* **Problem to work on**
Below this line is the material. Write out only its lines from the one containing "#2=PRODUCT_CONTEXT('',#1,'mechanical');" through the one containing "#26=CARTESIAN_POINT('',(0.,67.98951,0.));", both kept, exactly.

* **Supplied entries**
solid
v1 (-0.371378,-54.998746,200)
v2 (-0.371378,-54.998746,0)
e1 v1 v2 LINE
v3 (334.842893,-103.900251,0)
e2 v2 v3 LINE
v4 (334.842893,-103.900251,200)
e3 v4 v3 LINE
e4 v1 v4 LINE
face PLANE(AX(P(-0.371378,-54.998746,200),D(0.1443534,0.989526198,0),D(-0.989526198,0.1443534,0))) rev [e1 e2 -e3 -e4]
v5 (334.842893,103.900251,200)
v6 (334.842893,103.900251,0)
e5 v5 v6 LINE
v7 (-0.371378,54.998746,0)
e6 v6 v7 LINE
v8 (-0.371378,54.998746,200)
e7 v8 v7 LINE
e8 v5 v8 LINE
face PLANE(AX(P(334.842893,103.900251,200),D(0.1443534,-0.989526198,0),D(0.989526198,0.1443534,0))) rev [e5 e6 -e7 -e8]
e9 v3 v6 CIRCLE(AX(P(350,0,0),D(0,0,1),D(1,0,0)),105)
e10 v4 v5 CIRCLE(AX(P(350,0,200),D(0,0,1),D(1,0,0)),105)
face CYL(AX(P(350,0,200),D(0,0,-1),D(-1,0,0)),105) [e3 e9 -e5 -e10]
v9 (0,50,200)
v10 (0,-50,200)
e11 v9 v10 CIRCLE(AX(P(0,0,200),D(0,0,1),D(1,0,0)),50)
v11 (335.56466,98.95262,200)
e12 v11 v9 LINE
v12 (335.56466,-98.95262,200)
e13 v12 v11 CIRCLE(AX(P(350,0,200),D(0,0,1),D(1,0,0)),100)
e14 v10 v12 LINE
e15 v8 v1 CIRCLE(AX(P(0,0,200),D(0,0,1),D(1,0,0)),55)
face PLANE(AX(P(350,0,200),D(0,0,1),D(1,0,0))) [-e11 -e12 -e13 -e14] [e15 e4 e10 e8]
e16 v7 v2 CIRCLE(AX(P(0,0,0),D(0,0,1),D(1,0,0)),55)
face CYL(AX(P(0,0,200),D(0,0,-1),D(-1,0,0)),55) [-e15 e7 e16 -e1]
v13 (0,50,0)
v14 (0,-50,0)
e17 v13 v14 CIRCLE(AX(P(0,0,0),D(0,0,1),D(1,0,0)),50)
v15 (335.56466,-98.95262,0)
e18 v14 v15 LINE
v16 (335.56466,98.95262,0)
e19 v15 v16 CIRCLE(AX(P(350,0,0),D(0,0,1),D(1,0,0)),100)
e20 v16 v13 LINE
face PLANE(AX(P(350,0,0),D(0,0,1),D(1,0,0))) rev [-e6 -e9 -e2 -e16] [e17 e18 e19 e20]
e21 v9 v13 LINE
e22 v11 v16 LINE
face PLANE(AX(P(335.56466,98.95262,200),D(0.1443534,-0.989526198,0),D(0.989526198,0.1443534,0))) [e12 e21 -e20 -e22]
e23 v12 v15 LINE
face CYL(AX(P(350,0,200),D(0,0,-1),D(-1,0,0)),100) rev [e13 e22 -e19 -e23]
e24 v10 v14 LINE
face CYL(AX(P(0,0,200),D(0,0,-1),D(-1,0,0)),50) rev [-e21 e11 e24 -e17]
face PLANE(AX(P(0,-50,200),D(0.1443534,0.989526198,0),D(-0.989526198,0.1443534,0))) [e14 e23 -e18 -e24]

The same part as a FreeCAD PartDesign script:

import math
import FreeCAD as App
import Part
import Sketcher
from FreeCAD import Vector
Q = App.Units.Quantity

doc = App.newDocument("Part")
body = doc.addObject("PartDesign::Body", "Body")

sketch1 = body.newObject("Sketcher::SketchObject", "Sketch")
sketch1.AttachmentSupport = (doc.getObject("XY_Plane"), [""])
sketch1.MapMode = "FlatFace"
sketch1.addGeometry([
    Part.LineSegment(Vector(334.842893, 103.900251, 0), Vector(-0.371378, 54.998746, 0)),
    Part.ArcOfCircle(Part.Circle(Vector(0, 0, 0), Vector(0, 0, 1), 55), math.radians(90.386883), math.radians(269.613117)),
    Part.LineSegment(Vector(-0.371378, -54.998746, 0), Vector(334.842893, -103.900251, 0)),
    Part.ArcOfCircle(Part.Circle(Vector(350, 0, 0), Vector(0, 0, 1), 105), math.radians(-98.299838), math.radians(98.299838)),
    Part.LineSegment(Vector(0, 50, 0), Vector(335.56466, 98.95262, 0)),
    Part.ArcOfCircle(Part.Circle(Vector(350, 0, 0), Vector(0, 0, 1), 100), math.radians(-98.299838), math.radians(98.299838)),
    Part.LineSegment(Vector(335.56466, -98.95262, 0), Vector(0, -50, 0)),
    Part.ArcOfCircle(Part.Circle(Vector(0, 0, 0), Vector(0, 0, 1), 50), math.radians(90), math.radians(270)),
], False)
sketch1.addConstraint([
    Sketcher.Constraint("Coincident", 0, 2, 1, 1),
    Sketcher.Constraint("Coincident", 1, 2, 2, 1),
    Sketcher.Constraint("Tangent", 2, 2, 3, 1),
    Sketcher.Constraint("Tangent", 3, 2, 0, 1),
    Sketcher.Constraint("Tangent", 4, 2, 5, 2),
    Sketcher.Constraint("Tangent", 5, 1, 6, 1),
    Sketcher.Constraint("Coincident", 6, 2, 7, 2),
    Sketcher.Constraint("Coincident", 7, 1, 4, 1),
    Sketcher.Constraint("Coincident", 1, 3, -1, 1),
    Sketcher.Constraint("Coincident", 7, 3, -1, 1),
    Sketcher.Constraint("Coincident", 5, 3, 3, 3),
    Sketcher.Constraint("Symmetric", 2, 2, 3, 2, -1),
    Sketcher.Constraint("PointOnObject", 6, 2, -2),
    Sketcher.Constraint("PointOnObject", 7, 1, -2),
    Sketcher.Constraint("Parallel", 0, 4),
    Sketcher.Constraint("Radius", 1, Q("55 mm")),
    Sketcher.Constraint("Radius", 3, Q("105 mm")),
    Sketcher.Constraint("Radius", 5, Q("100 mm")),
    Sketcher.Constraint("Radius", 7, Q("50 mm")),
    Sketcher.Constraint("DistanceX", -1, 1, 3, 3, Q("350 mm")),
])
pad1 = body.newObject("PartDesign::Pad", "Pad")
pad1.Profile = sketch1
pad1.Length = 200

doc.recompute()
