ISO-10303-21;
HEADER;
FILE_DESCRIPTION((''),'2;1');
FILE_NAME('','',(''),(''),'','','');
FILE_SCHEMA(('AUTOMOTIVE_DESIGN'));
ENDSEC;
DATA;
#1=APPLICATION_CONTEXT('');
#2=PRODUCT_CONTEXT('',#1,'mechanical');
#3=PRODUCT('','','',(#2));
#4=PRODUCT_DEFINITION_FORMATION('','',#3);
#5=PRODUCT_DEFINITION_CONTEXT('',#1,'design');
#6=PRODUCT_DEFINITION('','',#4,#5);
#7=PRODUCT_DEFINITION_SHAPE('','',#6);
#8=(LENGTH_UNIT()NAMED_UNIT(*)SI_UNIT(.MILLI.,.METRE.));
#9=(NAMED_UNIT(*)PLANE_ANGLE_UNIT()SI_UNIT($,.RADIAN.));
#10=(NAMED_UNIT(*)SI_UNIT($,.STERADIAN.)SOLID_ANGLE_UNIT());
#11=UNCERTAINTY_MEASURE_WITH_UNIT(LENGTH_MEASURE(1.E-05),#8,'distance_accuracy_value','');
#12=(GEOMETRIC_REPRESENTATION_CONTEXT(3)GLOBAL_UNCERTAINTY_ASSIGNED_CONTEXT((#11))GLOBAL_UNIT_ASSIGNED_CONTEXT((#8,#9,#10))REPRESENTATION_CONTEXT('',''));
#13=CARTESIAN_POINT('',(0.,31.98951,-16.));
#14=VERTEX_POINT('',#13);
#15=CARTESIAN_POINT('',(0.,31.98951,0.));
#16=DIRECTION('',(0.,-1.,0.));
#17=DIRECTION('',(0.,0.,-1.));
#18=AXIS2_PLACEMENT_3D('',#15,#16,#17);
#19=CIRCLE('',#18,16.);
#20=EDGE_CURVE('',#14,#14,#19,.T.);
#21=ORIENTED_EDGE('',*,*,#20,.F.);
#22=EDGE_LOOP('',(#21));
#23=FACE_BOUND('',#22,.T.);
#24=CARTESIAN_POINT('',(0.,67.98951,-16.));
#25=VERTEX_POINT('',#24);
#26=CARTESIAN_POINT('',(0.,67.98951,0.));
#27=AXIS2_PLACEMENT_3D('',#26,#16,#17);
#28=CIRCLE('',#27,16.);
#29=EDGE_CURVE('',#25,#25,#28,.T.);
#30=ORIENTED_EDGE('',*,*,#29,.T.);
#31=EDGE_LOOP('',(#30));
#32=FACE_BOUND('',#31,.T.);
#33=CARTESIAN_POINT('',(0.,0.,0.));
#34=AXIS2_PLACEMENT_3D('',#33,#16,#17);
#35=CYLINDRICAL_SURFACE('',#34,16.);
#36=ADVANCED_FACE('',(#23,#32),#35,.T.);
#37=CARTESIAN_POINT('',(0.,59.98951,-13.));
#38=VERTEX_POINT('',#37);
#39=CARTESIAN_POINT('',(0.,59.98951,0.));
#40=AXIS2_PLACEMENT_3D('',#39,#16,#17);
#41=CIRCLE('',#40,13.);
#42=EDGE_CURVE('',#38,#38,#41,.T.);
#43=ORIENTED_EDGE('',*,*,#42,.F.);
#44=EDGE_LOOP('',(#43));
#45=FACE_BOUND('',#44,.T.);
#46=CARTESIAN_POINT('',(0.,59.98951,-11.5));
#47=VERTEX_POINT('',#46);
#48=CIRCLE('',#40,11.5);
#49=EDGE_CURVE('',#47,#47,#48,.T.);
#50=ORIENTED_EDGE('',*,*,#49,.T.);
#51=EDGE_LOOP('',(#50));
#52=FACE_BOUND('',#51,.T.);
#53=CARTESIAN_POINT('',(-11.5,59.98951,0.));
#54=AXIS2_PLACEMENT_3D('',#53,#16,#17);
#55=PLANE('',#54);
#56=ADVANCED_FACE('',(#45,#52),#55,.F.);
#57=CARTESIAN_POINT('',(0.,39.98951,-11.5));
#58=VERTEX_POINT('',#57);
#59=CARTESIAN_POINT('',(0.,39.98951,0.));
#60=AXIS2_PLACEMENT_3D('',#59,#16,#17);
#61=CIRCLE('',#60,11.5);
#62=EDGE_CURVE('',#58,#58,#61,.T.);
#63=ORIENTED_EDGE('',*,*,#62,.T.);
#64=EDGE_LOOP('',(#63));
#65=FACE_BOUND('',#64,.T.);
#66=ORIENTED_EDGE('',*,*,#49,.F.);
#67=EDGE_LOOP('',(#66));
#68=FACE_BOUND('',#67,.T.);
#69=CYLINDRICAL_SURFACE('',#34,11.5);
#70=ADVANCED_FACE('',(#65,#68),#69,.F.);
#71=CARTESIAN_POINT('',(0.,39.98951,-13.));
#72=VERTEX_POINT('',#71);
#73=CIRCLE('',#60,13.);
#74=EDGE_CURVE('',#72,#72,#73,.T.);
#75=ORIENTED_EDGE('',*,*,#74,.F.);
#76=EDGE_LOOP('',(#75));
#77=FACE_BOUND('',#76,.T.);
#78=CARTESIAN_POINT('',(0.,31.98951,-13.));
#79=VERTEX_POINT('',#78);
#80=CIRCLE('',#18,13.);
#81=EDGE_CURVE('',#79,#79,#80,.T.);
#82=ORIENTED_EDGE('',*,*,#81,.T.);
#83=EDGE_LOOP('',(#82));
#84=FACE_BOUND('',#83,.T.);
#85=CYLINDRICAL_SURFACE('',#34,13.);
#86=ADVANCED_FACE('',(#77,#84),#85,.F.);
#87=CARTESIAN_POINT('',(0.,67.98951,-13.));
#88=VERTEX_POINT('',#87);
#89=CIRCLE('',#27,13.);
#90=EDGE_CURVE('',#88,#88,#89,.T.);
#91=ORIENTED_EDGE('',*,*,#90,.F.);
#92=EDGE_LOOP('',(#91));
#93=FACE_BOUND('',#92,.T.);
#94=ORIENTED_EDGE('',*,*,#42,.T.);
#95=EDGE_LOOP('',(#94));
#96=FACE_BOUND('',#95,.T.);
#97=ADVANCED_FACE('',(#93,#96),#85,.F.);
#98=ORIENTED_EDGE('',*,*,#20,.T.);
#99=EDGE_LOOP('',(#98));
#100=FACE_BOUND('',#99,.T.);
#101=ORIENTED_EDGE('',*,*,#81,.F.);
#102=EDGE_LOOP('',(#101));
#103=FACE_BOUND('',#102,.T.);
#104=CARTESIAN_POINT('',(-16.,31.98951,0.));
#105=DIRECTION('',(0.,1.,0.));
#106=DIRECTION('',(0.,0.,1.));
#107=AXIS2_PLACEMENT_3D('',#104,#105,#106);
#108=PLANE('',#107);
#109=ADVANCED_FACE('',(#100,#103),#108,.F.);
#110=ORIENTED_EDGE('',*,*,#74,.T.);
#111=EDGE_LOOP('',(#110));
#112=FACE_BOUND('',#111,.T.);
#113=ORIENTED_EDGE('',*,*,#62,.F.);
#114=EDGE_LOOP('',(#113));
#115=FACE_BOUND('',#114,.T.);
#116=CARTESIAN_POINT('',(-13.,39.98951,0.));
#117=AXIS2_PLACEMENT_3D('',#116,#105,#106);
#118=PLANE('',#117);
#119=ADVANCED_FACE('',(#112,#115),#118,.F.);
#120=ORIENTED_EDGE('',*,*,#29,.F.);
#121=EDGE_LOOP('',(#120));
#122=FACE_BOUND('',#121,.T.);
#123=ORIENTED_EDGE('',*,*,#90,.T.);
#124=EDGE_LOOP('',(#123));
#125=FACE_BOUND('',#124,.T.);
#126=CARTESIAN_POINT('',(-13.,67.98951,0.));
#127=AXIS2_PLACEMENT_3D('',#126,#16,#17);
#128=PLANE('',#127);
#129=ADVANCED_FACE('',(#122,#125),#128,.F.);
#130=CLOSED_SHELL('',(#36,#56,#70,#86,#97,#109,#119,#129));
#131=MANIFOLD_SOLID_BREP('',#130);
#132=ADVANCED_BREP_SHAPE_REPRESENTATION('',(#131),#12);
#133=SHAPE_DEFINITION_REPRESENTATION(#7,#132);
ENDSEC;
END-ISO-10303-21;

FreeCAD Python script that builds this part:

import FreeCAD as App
import Part
import Sketcher
from FreeCAD import Vector


def add_polygon(sketch, points):
    """Adds a closed chain of lines whose ends are joined by coincident constraints."""
    first, n = sketch.GeometryCount, len(points)
    for a, b in zip(points, points[1:] + points[:1]):
        sketch.addGeometry(Part.LineSegment(App.Vector(*a, 0), App.Vector(*b, 0)), False)
    for i in range(n):
        sketch.addConstraint(Sketcher.Constraint("Coincident", first + i, 2, first + (i + 1) % n, 1))

doc = App.newDocument("Part")
body = doc.addObject("PartDesign::Body", "Body")

# Sketch on XY plane
sketch1 = body.newObject("Sketcher::SketchObject", "Sketch")
sketch1.AttachmentSupport = (doc.getObject("XY_Plane"), [""])
sketch1.MapMode = "FlatFace"
add_polygon(sketch1, [(-13, 67.98951), (-16, 67.98951), (-16, 31.98951), (-13, 31.98951), (-13, 39.98951), (-11.5, 39.98951), (-11.5, 59.98951), (-13, 59.98951)])  # lines 0-7
sketch1.addConstraint(Sketcher.Constraint("Horizontal", 0))
sketch1.addConstraint(Sketcher.Constraint("Vertical", 1))
sketch1.addConstraint(Sketcher.Constraint("Horizontal", 2))
sketch1.addConstraint(Sketcher.Constraint("Vertical", 3))
sketch1.addConstraint(Sketcher.Constraint("Horizontal", 4))
sketch1.addConstraint(Sketcher.Constraint("Vertical", 5))
sketch1.addConstraint(Sketcher.Constraint("Horizontal", 6))
sketch1.addConstraint(Sketcher.Constraint("Vertical", 7))
sketch1.addConstraint(Sketcher.Constraint("Vertical", 3, 2, 6, 2))
sketch1.addConstraint(Sketcher.Constraint("Equal", 3, 7))
sketch1.addConstraint(Sketcher.Constraint("DistanceX", 0, 2, 0, 1, 3.0))
sketch1.addConstraint(Sketcher.Constraint("DistanceY", 1, 2, 1, 1, 36.0))
sketch1.addConstraint(Sketcher.Constraint("DistanceY", 3, 1, 3, 2, 8.0))
sketch1.addConstraint(Sketcher.Constraint("DistanceX", 4, 1, 4, 2, 1.5))
sketch1.addConstraint(Sketcher.Constraint("DistanceX", 0, 2, -1, 1, 16.0))
sketch1.addConstraint(Sketcher.Constraint("DistanceY", -1, 1, 0, 2, 67.98951))
revolution = body.newObject("PartDesign::Revolution", "Revolution")
revolution.Profile = sketch1
revolution.ReferenceAxis = (sketch1, ["V_Axis"])
revolution.Angle = 360

doc.recompute()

* **Solution to this problem**
#2=PRODUCT_CONTEXT('',#1,'mechanical');
#3=PRODUCT('','','',(#2));
#4=PRODUCT_DEFINITION_FORMATION('','',#3);
#5=PRODUCT_DEFINITION_CONTEXT('',#1,'design');
#6=PRODUCT_DEFINITION('','',#4,#5);
#7=PRODUCT_DEFINITION_SHAPE('','',#6);
#8=(LENGTH_UNIT()NAMED_UNIT(*)SI_UNIT(.MILLI.,.METRE.));
#9=(NAMED_UNIT(*)PLANE_ANGLE_UNIT()SI_UNIT($,.RADIAN.));
#10=(NAMED_UNIT(*)SI_UNIT($,.STERADIAN.)SOLID_ANGLE_UNIT());
#11=UNCERTAINTY_MEASURE_WITH_UNIT(LENGTH_MEASURE(1.E-05),#8,'distance_accuracy_value','');
#12=(GEOMETRIC_REPRESENTATION_CONTEXT(3)GLOBAL_UNCERTAINTY_ASSIGNED_CONTEXT((#11))GLOBAL_UNIT_ASSIGNED_CONTEXT((#8,#9,#10))REPRESENTATION_CONTEXT('',''));
#13=CARTESIAN_POINT('',(0.,31.98951,-16.));
#14=VERTEX_POINT('',#13);
#15=CARTESIAN_POINT('',(0.,31.98951,0.));
#16=DIRECTION('',(0.,-1.,0.));
#17=DIRECTION('',(0.,0.,-1.));
#18=AXIS2_PLACEMENT_3D('',#15,#16,#17);
#19=CIRCLE('',#18,16.);
#20=EDGE_CURVE('',#14,#14,#19,.T.);
#21=ORIENTED_EDGE('',*,*,#20,.F.);
#22=EDGE_LOOP('',(#21));
#23=FACE_BOUND('',#22,.T.);
#24=CARTESIAN_POINT('',(0.,67.98951,-16.));
#25=VERTEX_POINT('',#24);
#26=CARTESIAN_POINT('',(0.,67.98951,0.));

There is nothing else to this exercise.